As shown in FIGS. 7-9, in an alternative embodiment of the present invention, retractable pads 90 and 92 are used to support the cushion in the area that would contact the bridge of the nose. The pads 90 and 92 are located beneath the cushion and may be saddle shaped to accommodate the bridge of the nose. Additional pads 96 may also be included to support other areas of the cushion.
The pads 90, 92, 96 extend from or retract into the frame 10. The pad 90,92, 96 are coupled to a stem 98, and the stem 98 is in geared communication with a wheel 100. Rotation of the wheel 100, translates the stem 98 causing it to extend from or retract into the frame 10. The pad 90, 92, 96 move in unison with the stem 98.
In another alternative embodiment shown in FIG. 10, the present invention is supplemented with physiological sensors to enable the monitoring of a patients physiological parameters during sleep.
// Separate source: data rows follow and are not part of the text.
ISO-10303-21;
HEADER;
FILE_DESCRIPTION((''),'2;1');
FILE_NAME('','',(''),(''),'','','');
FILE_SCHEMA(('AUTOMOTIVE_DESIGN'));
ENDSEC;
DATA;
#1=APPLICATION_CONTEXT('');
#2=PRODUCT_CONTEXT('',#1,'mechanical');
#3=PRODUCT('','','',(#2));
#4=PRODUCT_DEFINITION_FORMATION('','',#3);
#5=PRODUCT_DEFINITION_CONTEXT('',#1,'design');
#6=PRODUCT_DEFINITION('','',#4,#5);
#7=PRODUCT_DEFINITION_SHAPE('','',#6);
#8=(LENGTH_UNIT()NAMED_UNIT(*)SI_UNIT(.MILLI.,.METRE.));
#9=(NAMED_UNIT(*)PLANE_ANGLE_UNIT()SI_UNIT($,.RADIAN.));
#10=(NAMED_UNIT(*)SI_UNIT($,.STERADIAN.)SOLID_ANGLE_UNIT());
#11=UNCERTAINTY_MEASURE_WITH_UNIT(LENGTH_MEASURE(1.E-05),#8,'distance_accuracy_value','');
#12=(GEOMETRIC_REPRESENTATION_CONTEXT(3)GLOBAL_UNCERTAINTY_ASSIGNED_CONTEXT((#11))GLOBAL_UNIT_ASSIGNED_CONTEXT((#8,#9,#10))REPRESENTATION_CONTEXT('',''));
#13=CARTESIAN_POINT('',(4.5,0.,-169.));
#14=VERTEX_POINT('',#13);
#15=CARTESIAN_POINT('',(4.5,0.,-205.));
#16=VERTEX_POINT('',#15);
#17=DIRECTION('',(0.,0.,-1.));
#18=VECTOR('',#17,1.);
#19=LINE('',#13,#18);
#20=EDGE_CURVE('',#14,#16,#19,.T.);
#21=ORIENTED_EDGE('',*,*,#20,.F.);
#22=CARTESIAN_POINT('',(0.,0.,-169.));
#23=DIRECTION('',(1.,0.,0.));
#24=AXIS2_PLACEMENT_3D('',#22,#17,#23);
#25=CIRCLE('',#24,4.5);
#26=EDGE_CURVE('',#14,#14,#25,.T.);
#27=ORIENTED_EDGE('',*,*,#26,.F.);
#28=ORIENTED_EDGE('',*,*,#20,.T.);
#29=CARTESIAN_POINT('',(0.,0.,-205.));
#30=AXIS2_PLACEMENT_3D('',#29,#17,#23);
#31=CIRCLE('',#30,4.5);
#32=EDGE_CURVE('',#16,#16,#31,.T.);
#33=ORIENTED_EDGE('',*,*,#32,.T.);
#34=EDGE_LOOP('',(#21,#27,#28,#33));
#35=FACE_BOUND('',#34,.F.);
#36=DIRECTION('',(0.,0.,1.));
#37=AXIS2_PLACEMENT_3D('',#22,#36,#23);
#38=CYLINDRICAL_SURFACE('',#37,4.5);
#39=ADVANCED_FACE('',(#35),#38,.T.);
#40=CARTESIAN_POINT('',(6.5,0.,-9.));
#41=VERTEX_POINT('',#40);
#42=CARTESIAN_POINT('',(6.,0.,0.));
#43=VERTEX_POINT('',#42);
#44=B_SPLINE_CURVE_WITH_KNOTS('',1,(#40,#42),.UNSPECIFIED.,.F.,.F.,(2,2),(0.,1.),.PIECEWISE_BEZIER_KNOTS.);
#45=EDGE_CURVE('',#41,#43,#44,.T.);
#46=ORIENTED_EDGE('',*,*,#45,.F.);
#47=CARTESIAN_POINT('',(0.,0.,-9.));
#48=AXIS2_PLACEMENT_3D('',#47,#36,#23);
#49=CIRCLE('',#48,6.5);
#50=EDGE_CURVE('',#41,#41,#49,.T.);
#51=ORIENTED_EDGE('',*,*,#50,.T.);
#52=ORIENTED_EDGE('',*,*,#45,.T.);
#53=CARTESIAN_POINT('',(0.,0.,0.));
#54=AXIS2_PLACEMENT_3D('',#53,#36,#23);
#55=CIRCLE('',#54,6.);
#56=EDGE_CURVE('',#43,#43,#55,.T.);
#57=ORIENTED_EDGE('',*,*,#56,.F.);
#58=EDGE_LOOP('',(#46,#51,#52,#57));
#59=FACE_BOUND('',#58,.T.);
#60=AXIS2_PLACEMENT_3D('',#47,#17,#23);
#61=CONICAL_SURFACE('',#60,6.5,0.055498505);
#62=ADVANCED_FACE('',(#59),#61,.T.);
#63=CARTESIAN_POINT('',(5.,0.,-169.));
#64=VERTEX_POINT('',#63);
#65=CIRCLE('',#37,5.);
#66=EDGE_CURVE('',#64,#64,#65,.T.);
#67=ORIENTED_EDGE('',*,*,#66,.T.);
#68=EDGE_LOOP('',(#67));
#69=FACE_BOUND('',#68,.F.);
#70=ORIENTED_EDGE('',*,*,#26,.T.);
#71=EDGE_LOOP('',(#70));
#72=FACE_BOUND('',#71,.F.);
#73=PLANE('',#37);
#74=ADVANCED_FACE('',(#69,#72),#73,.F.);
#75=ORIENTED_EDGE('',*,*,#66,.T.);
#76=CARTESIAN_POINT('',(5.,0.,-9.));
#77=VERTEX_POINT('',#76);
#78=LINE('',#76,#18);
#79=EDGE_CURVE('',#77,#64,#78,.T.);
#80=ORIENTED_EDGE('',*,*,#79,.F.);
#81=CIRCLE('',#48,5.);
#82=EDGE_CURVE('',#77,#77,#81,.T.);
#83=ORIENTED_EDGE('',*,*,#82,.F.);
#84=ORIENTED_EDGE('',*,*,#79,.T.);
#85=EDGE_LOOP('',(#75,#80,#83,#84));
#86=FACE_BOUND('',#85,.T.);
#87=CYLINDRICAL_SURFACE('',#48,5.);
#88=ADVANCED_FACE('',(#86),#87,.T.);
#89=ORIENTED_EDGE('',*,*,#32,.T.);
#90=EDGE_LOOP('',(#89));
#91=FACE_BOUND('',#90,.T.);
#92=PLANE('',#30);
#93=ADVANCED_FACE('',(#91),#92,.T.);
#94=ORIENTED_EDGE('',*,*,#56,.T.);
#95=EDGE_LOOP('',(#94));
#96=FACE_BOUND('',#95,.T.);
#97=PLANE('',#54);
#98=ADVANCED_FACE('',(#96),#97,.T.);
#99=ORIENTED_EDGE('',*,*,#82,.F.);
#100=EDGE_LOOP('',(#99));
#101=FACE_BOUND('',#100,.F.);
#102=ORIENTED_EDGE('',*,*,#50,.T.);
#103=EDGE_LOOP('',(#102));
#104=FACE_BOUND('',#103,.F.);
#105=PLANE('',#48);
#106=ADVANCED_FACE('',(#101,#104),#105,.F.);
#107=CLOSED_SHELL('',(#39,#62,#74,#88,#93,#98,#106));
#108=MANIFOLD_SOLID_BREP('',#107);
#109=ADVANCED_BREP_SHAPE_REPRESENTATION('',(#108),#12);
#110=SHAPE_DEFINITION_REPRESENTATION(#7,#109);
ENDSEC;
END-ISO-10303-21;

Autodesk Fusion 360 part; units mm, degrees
sketch "Sketch1" plane through (0, 0, 0) normal (0, 0, 1) x (1, 0, 0)
  circle A0 centre (0, 0) radius 6
  dimension "d1" = 12
ref_plane "WorkPlane1" through (0, 0, -9) normal (0, 0, 1) x (1, 0, 0)
sketch "Sketch3" plane through (0, 0, -9) normal (0, 0, 1) x (1, 0, 0)
  circle A0 centre (0, 0) radius 6.5
  dimension "d8" = 13
sketch "Sketch4" plane through (0, 0, -9) normal (0, 0, 1) x (1, 0, 0)
  circle A0 centre (0, 0) radius 5
  dimension "d9" = 10
loft "Loft1" add profiles "Sketch3", "Sketch1" section 1 section 2
extrude "Extrude3" add sketch "Sketch4" against normal blind 160
sketch "Sketch5" plane through (0, 0, -169) normal (0, 0, -1) x (1, 0, 0)
  circle A0 centre (0, 0) radius 5
  circle A1 centre (0, 0) radius 4.5
  dimension "d12" = 9
extrude "Extrude4" add sketch "Sketch5" along normal blind 36 contours A1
A monitoring band 110 is connected between the two base portions 61. The monitoring band 110 is positionable so that the sensors attached thereto are able to be optimally positioned. These sensors can include electroencephalogram (EEG), electromyogram (EMG), oximetry, and electrocardiogram (ECG). Furthermore, physiological sensors can be implemented in the strap 18. A thermistor 112 can also be connected to the frame 10 to detect air leaks and mouth breathing.
While the subject invention has been described with reference to several embodiments thereof, those skilled in the art wilt recognize various changes that may be made without departing from the spirit and scope of the claimed invention. Accordingly, this invention is not limited to what is shown in the drawings and described in the specification. Any numbering or ordering of elements in the following claims is merely for convenience and is not intended to suggest that the ordering of the elements of the claims has any particular significance.

Claims

1. A breathing mask comprising:

a frame having an aperture extending therethrough and interfacing surfaces on opposite longitudinal ends;

a connector having an interfacing portion complementary to the interfacing surfaces on the frame and an angle adjustment mechanism; and

a strap coupled to the angle adjustment mechanism.

2. The mask of claim 1, wherein the angle adjustment mechanism includes a first plate and a second plate coupled to each other by a pivot, the first and second plate each have opposing interlocking surfaces, and wherein the strap is connected to the second plate enabling the angle of the strap relative to the frame to vary.

3. The mask of claim 1, wherein the interfacing portion of the connector includes a tongue portion and a cantilevered clip portion, and wherein the interfacing surface on the frame is adapted to mate with the interfacing portion.

4. The mask of claim 1, and further comprising a hose connector coupling a hose to the frame such that the hose is free to rotate about the frame.

5. The mask of claim 1, and further comprising a headgear coupled to the strap, and wherein the headgear pivots relative to the strap.

6. The mask of claim 1, wherein the strap has an EMG sensor attached thereto.

7. The mask of claim 1, and further comprising a double walled cushion coupled to the frame.

8. The breathing mask of claim 1, and further comprising a thermistor coupled to the frame.